Entries provided:
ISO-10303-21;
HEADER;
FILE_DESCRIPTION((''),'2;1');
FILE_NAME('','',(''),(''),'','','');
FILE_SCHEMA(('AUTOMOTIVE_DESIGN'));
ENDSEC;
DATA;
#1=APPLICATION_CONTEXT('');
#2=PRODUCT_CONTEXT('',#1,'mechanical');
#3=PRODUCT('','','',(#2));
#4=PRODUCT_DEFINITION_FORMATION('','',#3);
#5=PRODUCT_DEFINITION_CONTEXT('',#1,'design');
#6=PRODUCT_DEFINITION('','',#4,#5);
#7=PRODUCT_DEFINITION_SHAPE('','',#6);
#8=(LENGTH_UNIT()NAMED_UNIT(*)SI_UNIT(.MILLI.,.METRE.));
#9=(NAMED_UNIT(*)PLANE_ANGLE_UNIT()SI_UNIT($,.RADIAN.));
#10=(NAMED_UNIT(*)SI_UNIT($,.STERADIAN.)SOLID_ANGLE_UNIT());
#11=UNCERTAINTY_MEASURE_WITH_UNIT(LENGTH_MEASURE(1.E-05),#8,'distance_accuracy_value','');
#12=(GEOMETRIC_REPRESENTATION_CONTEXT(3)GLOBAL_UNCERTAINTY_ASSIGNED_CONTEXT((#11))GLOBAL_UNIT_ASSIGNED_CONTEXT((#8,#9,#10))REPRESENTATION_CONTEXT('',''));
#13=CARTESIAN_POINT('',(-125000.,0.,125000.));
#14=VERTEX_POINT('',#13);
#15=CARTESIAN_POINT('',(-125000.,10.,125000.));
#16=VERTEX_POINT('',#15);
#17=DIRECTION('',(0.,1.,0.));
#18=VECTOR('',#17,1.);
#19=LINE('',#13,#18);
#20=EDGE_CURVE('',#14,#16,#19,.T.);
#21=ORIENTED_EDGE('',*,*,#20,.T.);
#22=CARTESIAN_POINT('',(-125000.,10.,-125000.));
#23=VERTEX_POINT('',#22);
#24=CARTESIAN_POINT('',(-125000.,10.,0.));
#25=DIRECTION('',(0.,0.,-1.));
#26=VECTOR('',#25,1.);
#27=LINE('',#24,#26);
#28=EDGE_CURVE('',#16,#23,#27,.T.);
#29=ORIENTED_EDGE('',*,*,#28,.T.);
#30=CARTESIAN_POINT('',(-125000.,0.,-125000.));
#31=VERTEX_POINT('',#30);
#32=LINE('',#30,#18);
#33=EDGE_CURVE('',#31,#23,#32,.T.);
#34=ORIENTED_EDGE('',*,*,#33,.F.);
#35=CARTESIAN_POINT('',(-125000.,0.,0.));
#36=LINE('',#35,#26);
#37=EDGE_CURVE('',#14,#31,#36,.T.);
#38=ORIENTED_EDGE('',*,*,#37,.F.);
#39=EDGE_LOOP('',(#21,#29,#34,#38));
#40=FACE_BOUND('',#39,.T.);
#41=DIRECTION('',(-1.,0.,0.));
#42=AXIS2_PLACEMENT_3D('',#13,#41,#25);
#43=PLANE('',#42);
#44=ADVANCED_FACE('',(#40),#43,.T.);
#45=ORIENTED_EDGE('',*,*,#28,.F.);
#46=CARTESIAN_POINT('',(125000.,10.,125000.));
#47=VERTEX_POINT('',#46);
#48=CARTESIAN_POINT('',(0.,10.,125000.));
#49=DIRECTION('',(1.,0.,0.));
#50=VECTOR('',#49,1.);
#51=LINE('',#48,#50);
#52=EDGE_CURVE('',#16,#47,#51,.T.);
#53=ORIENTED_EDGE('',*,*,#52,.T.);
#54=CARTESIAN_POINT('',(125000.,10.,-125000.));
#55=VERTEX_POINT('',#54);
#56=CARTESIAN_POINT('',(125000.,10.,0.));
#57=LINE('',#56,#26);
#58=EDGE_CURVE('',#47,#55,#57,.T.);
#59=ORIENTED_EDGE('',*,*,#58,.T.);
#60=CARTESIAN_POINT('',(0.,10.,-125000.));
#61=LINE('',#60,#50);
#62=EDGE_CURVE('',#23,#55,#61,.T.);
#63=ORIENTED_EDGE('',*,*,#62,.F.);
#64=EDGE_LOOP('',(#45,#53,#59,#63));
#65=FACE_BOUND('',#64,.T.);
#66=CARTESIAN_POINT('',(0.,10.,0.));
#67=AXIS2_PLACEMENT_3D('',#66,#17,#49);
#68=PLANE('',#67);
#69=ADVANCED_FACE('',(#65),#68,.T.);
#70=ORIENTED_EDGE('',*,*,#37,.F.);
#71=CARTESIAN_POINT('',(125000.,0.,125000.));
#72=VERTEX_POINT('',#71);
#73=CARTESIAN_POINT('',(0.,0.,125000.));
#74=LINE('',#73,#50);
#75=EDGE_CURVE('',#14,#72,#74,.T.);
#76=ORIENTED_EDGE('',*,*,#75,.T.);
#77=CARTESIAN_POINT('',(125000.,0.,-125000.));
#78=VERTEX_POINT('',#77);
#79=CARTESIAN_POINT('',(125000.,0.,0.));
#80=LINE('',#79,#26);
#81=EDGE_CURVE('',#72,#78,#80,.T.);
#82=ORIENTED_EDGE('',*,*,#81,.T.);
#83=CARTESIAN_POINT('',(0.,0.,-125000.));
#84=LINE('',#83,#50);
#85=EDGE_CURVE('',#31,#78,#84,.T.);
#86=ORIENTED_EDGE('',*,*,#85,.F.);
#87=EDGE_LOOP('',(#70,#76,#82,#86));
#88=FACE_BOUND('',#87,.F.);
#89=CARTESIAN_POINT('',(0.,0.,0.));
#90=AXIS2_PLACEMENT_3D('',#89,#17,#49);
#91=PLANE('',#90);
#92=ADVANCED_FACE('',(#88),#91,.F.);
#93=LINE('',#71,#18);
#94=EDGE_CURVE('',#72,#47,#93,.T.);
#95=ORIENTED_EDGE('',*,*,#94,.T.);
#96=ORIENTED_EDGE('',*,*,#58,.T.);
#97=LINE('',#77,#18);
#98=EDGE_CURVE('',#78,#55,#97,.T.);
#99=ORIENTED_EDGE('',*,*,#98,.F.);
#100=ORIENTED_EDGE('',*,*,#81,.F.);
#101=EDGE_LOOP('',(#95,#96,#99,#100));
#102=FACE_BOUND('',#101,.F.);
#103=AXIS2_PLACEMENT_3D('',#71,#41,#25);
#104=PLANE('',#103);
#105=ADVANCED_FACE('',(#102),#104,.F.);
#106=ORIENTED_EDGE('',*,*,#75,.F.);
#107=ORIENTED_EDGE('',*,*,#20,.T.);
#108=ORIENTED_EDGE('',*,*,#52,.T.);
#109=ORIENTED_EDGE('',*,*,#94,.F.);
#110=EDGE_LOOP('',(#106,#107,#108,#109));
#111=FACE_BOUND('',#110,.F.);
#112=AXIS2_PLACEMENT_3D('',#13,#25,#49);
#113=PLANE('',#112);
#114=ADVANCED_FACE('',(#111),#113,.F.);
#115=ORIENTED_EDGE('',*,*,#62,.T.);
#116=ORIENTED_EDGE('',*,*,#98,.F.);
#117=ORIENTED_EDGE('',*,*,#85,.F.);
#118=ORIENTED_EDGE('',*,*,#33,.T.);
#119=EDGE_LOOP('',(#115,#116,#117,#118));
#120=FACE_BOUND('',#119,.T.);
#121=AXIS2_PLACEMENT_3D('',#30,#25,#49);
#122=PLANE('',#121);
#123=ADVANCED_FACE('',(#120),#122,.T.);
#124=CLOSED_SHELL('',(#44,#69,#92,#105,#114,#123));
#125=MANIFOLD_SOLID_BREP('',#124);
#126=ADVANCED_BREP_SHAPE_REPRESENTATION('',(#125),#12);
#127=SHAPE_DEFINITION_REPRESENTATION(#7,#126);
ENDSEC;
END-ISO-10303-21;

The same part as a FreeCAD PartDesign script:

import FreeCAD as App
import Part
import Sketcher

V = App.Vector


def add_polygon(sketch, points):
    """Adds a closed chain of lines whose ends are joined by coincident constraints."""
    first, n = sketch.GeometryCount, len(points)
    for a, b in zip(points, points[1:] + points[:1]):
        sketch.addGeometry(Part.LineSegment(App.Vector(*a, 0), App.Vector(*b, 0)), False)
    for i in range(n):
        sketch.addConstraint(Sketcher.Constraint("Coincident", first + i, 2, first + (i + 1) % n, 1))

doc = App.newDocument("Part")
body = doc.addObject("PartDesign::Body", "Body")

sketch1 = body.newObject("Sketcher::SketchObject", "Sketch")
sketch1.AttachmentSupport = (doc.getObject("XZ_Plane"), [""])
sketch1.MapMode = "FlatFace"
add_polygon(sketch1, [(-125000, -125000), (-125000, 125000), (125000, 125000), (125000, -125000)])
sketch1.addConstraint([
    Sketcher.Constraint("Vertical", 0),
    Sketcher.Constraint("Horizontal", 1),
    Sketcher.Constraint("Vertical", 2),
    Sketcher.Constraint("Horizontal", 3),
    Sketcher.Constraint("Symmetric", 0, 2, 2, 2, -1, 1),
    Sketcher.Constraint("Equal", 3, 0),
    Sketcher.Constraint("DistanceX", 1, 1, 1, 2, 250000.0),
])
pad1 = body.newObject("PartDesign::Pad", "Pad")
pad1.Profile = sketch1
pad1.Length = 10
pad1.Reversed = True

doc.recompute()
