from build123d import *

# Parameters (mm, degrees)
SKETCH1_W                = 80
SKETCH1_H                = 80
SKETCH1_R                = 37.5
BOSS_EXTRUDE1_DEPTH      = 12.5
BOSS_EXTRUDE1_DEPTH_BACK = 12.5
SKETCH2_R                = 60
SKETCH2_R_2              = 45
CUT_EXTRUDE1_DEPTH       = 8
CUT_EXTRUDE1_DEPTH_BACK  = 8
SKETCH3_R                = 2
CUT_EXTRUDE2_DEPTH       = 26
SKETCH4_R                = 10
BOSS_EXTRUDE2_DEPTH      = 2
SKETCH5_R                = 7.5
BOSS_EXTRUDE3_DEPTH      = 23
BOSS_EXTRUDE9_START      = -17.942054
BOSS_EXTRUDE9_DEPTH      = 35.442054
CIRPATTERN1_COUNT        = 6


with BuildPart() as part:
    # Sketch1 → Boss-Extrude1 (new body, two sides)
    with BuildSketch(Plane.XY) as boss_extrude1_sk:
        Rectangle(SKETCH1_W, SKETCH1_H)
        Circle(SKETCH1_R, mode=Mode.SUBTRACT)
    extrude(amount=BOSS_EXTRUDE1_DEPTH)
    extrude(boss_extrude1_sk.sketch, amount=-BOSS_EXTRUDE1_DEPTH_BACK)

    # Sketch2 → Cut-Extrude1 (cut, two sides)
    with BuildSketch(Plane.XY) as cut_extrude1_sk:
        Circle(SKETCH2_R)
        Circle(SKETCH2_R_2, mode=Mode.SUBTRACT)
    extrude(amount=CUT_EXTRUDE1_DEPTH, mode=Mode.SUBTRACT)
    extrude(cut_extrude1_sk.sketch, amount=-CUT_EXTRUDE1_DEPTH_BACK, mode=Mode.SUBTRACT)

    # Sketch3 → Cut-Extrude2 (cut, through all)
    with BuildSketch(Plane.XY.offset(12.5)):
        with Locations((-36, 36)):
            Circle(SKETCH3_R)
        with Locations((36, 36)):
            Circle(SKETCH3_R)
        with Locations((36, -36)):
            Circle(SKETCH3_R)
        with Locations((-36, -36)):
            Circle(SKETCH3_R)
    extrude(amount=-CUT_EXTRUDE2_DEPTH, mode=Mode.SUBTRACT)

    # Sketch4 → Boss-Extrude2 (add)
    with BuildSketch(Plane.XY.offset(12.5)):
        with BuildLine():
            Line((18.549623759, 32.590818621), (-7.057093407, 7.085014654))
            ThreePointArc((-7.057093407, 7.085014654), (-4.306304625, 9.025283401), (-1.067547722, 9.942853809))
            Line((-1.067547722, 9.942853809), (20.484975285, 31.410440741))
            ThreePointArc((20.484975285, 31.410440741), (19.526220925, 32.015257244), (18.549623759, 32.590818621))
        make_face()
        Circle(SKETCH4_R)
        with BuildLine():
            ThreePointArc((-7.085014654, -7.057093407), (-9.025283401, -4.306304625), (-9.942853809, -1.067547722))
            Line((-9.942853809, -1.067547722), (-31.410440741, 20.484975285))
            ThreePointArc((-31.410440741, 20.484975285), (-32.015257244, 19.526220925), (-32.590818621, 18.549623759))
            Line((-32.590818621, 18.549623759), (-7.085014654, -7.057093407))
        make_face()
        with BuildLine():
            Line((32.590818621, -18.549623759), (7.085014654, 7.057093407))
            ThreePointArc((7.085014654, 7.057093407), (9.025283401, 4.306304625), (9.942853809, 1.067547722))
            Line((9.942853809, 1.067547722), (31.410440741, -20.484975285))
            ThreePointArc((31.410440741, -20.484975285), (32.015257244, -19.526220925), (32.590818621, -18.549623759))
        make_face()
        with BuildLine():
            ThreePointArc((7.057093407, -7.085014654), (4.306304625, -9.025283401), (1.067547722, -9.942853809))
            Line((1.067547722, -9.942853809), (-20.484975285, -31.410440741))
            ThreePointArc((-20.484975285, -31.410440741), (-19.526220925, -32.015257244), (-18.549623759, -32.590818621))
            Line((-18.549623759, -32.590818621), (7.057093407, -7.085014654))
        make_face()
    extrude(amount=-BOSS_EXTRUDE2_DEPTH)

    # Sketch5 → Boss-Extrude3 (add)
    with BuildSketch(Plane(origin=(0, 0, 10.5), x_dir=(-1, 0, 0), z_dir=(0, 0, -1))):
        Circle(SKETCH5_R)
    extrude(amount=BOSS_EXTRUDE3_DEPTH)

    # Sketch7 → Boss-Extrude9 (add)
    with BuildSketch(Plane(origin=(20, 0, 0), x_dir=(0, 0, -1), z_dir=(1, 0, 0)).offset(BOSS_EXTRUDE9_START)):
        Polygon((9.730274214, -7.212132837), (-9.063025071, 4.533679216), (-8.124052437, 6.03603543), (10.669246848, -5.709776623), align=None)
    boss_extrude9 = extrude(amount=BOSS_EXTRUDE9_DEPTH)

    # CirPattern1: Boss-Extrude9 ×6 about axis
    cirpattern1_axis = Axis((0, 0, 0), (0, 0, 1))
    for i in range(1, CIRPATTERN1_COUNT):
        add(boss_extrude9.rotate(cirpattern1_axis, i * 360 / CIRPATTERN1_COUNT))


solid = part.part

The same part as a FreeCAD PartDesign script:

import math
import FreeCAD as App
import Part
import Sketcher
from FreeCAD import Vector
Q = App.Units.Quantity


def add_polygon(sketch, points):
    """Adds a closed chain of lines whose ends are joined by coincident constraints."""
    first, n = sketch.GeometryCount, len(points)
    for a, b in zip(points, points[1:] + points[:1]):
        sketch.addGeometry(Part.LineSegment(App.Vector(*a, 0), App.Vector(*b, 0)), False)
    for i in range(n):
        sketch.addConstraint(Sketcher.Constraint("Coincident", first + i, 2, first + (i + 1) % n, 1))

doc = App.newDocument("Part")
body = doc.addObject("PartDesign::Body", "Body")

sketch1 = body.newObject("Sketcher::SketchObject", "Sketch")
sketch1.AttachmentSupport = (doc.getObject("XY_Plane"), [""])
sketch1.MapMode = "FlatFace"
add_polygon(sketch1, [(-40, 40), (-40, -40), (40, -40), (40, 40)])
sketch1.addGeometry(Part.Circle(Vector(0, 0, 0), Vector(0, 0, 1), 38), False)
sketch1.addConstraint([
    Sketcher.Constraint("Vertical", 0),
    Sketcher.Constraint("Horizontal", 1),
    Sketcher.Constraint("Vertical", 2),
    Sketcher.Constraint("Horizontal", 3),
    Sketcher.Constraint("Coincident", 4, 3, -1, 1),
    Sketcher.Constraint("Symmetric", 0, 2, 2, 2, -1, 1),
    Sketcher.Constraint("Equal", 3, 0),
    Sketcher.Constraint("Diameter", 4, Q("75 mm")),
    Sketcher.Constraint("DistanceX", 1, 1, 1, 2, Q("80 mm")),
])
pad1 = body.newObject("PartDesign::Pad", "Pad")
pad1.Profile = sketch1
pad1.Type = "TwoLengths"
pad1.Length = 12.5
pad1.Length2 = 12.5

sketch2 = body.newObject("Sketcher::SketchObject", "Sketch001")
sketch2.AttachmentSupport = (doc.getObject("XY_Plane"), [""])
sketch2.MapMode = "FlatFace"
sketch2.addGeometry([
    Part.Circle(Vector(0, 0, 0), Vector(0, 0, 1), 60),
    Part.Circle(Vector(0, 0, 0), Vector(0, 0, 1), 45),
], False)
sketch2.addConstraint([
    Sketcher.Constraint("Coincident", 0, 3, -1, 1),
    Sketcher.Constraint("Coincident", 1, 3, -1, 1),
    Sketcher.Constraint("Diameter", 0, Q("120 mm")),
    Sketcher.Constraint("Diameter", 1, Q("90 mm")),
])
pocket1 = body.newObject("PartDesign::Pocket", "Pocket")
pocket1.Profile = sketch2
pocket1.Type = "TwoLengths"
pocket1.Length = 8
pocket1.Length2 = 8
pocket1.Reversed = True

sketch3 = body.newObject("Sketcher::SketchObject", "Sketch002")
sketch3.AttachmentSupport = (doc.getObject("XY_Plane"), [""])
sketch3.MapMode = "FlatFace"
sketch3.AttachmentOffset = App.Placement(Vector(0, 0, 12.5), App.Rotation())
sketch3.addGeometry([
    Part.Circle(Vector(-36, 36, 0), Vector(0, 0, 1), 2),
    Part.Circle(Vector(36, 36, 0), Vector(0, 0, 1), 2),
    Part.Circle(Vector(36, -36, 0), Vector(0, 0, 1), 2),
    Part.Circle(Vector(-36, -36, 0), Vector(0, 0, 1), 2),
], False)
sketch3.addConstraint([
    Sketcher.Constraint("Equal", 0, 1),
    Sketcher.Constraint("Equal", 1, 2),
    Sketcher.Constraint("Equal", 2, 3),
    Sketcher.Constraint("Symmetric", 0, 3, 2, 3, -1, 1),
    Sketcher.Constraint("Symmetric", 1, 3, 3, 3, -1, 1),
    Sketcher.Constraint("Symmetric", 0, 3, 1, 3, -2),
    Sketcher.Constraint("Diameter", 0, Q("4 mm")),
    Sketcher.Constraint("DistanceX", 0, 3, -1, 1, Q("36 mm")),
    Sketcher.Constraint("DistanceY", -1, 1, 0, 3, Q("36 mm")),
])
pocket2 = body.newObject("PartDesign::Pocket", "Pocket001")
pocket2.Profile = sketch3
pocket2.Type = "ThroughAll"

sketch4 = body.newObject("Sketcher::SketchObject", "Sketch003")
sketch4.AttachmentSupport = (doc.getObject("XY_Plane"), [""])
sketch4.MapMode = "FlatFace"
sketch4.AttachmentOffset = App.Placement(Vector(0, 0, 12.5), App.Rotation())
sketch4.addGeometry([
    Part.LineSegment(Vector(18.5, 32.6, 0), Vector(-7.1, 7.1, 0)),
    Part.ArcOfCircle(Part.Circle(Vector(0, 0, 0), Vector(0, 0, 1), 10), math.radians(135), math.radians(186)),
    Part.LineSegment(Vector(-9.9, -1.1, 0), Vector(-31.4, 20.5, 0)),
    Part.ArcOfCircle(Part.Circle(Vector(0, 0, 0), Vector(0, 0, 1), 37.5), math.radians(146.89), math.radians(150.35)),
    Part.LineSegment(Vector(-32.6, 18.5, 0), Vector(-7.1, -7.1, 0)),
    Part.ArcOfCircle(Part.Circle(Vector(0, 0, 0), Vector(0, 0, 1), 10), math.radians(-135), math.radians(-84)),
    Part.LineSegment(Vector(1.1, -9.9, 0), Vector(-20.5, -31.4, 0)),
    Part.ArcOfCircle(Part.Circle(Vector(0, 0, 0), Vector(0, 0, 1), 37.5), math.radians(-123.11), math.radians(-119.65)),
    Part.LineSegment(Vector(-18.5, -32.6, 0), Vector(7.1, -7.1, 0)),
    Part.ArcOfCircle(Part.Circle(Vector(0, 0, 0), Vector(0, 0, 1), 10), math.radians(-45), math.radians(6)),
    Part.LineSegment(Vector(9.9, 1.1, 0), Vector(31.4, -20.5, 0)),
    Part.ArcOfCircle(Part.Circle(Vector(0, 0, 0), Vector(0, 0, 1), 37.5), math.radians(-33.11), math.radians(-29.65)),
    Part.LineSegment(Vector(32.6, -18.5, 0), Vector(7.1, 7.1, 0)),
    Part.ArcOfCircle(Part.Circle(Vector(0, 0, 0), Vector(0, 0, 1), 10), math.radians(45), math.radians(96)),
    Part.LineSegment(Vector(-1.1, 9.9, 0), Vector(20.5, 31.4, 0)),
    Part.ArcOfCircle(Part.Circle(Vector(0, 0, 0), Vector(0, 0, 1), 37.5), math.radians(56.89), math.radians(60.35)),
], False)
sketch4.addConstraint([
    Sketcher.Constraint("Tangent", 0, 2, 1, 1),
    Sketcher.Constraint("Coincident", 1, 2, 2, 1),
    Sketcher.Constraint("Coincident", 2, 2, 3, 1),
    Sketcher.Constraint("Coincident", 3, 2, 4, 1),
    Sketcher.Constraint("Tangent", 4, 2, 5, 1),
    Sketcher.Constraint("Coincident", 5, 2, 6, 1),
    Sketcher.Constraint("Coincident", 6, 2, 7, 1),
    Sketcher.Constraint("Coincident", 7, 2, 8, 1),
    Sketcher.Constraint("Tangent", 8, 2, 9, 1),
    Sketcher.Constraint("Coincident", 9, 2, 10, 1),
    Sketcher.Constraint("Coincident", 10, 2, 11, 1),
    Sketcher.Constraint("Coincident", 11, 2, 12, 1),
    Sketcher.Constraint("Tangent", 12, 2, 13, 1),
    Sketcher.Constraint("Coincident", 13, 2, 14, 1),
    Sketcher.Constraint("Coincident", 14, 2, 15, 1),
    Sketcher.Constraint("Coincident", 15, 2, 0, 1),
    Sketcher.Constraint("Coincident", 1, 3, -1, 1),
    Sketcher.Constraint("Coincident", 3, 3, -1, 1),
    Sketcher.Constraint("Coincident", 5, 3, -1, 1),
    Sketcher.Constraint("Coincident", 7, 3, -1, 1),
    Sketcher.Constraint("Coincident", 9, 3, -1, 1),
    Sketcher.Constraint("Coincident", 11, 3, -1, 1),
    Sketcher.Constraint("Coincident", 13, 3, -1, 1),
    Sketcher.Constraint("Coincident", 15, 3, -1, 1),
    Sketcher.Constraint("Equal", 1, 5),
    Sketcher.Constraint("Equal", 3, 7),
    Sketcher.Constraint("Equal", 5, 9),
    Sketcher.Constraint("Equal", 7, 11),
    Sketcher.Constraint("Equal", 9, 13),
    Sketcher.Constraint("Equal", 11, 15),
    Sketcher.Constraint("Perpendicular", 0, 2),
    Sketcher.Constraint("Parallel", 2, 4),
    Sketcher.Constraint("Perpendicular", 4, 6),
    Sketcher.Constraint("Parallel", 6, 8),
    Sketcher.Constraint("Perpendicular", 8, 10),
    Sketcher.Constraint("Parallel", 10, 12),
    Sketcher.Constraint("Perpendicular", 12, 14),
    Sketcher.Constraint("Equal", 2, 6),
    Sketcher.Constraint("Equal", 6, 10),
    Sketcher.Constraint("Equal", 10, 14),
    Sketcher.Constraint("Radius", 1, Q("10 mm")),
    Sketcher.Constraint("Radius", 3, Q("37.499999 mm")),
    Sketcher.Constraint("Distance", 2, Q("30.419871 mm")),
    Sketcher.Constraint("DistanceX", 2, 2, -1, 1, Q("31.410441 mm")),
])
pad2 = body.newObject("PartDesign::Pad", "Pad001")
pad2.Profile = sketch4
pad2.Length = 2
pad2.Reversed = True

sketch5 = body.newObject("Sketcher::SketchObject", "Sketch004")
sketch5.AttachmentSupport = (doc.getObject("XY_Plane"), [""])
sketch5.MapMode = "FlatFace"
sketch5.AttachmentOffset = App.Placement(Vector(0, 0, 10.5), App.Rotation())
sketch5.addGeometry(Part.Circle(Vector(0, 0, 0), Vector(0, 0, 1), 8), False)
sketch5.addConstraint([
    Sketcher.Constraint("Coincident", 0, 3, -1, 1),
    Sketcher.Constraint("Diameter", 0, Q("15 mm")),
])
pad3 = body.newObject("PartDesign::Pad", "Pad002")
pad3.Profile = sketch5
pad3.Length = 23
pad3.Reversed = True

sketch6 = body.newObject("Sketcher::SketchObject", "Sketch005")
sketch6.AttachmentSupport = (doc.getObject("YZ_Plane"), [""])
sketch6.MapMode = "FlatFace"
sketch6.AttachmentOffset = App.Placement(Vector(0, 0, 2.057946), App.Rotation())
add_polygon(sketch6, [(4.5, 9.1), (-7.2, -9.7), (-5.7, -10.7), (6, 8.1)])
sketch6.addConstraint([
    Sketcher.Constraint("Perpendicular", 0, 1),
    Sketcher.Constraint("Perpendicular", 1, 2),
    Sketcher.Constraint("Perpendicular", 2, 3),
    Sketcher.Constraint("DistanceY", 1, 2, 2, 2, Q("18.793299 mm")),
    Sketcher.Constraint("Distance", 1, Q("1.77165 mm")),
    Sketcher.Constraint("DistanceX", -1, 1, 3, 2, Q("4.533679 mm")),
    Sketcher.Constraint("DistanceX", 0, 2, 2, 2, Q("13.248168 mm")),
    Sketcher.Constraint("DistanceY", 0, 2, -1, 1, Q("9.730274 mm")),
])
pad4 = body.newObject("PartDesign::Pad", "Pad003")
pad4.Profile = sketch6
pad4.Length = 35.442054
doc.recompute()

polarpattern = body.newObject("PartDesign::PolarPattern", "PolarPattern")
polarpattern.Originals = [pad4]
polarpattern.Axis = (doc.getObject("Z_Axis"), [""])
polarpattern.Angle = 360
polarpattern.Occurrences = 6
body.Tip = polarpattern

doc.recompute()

Exercise:
Could you please copy the lines above exactly, beginning at the first and ending at the line that contains "#13=CARTESIAN_POINT('',(-125000.,0.,125000.));"?

Solution:
ISO-10303-21;
HEADER;
FILE_DESCRIPTION((''),'2;1');
FILE_NAME('','',(''),(''),'','','');
FILE_SCHEMA(('AUTOMOTIVE_DESIGN'));
ENDSEC;
DATA;
#1=APPLICATION_CONTEXT('');
#2=PRODUCT_CONTEXT('',#1,'mechanical');
#3=PRODUCT('','','',(#2));
#4=PRODUCT_DEFINITION_FORMATION('','',#3);
#5=PRODUCT_DEFINITION_CONTEXT('',#1,'design');
#6=PRODUCT_DEFINITION('','',#4,#5);
#7=PRODUCT_DEFINITION_SHAPE('','',#6);
#8=(LENGTH_UNIT()NAMED_UNIT(*)SI_UNIT(.MILLI.,.METRE.));
#9=(NAMED_UNIT(*)PLANE_ANGLE_UNIT()SI_UNIT($,.RADIAN.));
#10=(NAMED_UNIT(*)SI_UNIT($,.STERADIAN.)SOLID_ANGLE_UNIT());
#11=UNCERTAINTY_MEASURE_WITH_UNIT(LENGTH_MEASURE(1.E-05),#8,'distance_accuracy_value','');
#12=(GEOMETRIC_REPRESENTATION_CONTEXT(3)GLOBAL_UNCERTAINTY_ASSIGNED_CONTEXT((#11))GLOBAL_UNIT_ASSIGNED_CONTEXT((#8,#9,#10))REPRESENTATION_CONTEXT('',''));
#13=CARTESIAN_POINT('',(-125000.,0.,125000.));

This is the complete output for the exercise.